:: DATA EXCERPTS ::

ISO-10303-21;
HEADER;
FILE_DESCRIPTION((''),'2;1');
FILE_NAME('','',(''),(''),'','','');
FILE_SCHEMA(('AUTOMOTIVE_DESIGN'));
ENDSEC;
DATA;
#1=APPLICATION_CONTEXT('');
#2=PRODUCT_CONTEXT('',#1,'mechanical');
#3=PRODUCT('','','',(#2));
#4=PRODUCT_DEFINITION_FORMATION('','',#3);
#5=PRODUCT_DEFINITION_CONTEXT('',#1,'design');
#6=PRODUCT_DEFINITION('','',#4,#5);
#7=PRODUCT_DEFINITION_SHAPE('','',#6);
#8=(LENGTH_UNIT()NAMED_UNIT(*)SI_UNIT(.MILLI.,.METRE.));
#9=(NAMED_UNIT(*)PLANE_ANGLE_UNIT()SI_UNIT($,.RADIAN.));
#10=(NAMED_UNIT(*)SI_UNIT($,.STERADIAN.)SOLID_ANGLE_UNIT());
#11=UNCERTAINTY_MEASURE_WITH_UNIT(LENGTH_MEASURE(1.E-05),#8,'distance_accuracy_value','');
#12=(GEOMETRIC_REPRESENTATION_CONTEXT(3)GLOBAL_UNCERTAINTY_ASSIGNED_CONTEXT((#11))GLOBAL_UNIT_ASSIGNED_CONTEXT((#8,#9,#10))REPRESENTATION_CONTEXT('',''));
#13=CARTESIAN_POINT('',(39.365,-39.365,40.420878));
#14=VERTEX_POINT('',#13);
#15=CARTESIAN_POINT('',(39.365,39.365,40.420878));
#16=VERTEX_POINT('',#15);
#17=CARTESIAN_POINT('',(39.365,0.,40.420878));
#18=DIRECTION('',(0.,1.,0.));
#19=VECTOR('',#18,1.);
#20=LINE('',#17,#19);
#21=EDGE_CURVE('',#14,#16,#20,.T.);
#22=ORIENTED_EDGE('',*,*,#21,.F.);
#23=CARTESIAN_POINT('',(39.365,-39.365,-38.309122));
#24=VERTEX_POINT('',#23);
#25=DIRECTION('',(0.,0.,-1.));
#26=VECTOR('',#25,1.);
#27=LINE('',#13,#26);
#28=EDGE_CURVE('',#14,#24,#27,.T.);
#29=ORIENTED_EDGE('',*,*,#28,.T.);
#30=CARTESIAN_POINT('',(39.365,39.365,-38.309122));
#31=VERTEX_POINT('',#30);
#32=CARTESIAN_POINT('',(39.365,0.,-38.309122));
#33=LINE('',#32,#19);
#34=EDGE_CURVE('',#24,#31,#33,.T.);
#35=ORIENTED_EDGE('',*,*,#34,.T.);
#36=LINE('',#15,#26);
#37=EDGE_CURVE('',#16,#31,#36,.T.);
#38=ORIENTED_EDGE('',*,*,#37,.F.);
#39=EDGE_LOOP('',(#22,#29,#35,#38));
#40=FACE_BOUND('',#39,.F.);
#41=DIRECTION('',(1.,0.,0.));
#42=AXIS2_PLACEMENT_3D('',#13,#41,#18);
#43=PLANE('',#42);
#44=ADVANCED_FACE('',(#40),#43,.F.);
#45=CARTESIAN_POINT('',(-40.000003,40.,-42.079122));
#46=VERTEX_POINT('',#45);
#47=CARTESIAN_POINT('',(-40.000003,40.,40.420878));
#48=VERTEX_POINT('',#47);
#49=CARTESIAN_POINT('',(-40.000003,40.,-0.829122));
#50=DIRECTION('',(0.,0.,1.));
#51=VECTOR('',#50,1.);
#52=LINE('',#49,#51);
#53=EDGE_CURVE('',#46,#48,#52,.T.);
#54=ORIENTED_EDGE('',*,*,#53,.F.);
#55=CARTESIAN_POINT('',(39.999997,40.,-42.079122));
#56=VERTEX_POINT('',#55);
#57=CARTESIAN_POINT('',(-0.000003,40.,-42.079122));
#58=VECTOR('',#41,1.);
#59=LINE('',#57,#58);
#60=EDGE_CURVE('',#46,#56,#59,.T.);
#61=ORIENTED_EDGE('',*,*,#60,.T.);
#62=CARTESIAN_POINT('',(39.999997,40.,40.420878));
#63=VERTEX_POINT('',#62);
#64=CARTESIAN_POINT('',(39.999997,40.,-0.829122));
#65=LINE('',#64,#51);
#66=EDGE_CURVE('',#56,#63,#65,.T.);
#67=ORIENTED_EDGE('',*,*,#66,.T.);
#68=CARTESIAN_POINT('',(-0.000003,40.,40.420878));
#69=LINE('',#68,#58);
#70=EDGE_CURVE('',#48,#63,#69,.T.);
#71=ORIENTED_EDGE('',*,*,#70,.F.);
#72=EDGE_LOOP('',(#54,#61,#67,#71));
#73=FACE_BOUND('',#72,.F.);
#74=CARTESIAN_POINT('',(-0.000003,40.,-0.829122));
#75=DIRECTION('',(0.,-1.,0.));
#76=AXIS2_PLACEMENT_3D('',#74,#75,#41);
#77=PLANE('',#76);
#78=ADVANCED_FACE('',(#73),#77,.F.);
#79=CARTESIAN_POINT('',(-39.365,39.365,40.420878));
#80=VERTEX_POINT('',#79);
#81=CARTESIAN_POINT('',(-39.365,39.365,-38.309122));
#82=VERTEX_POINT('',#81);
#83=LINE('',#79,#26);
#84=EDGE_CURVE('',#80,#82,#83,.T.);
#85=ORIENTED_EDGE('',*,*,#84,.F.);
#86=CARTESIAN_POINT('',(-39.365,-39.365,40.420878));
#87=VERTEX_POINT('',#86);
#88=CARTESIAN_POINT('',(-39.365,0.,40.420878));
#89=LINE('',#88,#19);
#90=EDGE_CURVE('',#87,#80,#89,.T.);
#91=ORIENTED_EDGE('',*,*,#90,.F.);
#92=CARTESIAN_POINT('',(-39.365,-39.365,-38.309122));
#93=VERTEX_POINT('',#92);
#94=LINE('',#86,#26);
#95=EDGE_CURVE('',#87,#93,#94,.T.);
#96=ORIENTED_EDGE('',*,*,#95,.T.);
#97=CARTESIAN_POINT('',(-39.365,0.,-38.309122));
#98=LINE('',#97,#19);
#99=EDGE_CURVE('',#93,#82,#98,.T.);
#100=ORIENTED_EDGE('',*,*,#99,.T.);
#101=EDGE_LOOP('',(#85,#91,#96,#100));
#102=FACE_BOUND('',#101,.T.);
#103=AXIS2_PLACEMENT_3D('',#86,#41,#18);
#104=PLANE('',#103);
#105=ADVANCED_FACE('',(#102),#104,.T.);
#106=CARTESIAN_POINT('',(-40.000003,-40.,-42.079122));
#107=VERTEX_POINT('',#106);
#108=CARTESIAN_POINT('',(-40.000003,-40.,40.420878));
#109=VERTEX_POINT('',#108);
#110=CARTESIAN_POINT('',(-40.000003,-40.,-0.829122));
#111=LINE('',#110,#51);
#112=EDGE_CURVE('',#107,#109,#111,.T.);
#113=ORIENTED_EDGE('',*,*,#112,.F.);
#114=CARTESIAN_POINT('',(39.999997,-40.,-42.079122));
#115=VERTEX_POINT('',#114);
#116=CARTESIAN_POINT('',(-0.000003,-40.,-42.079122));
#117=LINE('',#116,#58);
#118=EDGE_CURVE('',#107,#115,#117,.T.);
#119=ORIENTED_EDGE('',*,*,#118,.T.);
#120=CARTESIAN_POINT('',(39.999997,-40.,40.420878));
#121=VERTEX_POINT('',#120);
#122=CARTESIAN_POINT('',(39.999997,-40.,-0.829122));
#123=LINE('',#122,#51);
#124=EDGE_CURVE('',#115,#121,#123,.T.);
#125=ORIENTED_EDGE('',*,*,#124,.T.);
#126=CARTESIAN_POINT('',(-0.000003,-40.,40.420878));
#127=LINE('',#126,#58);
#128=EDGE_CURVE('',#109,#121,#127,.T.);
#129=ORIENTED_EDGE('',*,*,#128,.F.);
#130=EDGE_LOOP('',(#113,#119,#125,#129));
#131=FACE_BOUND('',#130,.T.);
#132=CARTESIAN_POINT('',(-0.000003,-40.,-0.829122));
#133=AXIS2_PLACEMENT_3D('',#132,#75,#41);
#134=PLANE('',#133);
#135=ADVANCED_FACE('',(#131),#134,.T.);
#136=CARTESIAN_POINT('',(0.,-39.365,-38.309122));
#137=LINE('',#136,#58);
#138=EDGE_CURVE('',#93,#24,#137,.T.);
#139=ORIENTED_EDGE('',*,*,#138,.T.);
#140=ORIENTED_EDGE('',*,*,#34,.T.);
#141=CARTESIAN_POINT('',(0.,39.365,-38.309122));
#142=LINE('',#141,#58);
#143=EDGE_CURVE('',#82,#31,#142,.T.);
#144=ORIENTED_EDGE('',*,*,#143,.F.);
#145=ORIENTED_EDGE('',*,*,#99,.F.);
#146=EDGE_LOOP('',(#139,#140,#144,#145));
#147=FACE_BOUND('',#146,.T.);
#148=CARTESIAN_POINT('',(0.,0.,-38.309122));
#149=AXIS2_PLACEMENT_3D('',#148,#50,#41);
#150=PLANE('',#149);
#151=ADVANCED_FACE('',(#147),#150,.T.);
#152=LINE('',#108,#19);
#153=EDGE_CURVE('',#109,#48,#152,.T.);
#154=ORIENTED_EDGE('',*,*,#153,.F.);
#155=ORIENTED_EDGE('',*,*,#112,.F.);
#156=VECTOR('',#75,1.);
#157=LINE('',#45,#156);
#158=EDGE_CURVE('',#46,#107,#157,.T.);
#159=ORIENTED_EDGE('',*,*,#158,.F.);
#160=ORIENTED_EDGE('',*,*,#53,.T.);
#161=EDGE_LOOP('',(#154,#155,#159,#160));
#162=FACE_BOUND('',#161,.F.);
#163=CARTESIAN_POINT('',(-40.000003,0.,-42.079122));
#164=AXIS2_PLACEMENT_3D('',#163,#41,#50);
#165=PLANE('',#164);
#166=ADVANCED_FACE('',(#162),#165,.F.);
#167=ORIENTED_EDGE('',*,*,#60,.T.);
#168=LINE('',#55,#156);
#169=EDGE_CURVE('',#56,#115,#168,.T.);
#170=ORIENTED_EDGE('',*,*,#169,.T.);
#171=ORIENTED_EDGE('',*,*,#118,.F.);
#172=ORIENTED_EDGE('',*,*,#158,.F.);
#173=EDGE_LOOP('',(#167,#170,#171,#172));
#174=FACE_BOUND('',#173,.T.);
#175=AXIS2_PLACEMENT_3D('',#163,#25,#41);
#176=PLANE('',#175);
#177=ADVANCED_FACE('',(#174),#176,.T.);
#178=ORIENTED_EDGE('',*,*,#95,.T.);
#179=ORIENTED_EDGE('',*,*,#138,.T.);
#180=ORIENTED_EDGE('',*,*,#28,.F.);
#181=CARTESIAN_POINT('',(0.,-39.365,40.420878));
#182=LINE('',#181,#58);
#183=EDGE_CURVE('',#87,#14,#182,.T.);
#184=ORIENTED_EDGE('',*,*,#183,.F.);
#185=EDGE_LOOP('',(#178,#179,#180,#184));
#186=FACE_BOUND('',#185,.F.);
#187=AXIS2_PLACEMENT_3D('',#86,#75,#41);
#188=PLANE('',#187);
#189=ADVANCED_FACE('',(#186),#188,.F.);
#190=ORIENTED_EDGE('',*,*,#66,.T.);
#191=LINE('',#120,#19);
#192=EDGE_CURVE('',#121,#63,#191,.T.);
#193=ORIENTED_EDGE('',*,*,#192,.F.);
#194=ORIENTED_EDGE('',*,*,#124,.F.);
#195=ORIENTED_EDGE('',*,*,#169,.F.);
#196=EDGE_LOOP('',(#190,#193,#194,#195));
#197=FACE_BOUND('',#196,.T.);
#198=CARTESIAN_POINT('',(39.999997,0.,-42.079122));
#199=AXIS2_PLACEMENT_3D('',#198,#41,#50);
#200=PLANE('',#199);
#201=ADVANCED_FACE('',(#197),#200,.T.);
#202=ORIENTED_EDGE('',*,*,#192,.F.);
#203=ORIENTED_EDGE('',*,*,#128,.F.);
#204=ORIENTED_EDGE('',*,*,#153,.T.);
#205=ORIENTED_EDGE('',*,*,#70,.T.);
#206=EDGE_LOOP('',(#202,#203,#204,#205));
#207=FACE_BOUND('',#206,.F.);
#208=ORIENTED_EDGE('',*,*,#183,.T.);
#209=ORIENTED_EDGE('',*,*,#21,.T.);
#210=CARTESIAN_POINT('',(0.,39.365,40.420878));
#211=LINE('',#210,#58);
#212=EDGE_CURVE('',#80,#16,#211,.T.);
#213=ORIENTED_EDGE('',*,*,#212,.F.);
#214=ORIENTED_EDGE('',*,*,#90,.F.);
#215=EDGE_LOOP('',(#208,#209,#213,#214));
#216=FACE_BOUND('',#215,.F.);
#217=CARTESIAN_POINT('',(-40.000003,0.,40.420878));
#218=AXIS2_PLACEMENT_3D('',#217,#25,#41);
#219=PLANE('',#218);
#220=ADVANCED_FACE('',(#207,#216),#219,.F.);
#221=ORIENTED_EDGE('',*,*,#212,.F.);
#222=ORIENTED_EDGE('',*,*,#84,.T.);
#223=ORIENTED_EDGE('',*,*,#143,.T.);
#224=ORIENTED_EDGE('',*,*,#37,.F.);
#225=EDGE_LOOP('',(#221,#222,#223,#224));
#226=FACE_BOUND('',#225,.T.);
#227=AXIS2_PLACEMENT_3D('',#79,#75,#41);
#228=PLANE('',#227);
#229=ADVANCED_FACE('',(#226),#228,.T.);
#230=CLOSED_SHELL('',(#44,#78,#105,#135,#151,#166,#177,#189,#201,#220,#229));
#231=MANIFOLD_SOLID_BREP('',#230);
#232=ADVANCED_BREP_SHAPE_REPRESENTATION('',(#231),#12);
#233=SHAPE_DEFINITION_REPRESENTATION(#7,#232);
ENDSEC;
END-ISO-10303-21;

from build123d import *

# Parameters (mm, degrees)
F0_W     = 80
F0_H     = 82.5
F1_DEPTH = 40
F2_W     = 78.73
F2_H     = 78.73
F3_DEPTH = 78.73


with BuildPart() as f1:
    # F0 (on Front) → F1 (new body, symmetric)
    with BuildSketch(Plane.XZ):
        with Locations((-3e-06, -0.829122)):
            Rectangle(F0_W, F0_H)
    extrude(amount=F1_DEPTH, both=True)

    # F2 (on face) → F3 (cut)
    with BuildSketch(Plane.XY.offset(40.420878)):
        Rectangle(F2_W, F2_H)
    extrude(amount=-F3_DEPTH, mode=Mode.SUBTRACT)


solid = f1.part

:::

Up to and including the line with "#5=PRODUCT_DEFINITION_CONTEXT('',#1,'design');", repeat the entries exactly, beginning at their first line.

ISO-10303-21;
HEADER;
FILE_DESCRIPTION((''),'2;1');
FILE_NAME('','',(''),(''),'','','');
FILE_SCHEMA(('AUTOMOTIVE_DESIGN'));
ENDSEC;
DATA;
#1=APPLICATION_CONTEXT('');
#2=PRODUCT_CONTEXT('',#1,'mechanical');
#3=PRODUCT('','','',(#2));
#4=PRODUCT_DEFINITION_FORMATION('','',#3);
#5=PRODUCT_DEFINITION_CONTEXT('',#1,'design');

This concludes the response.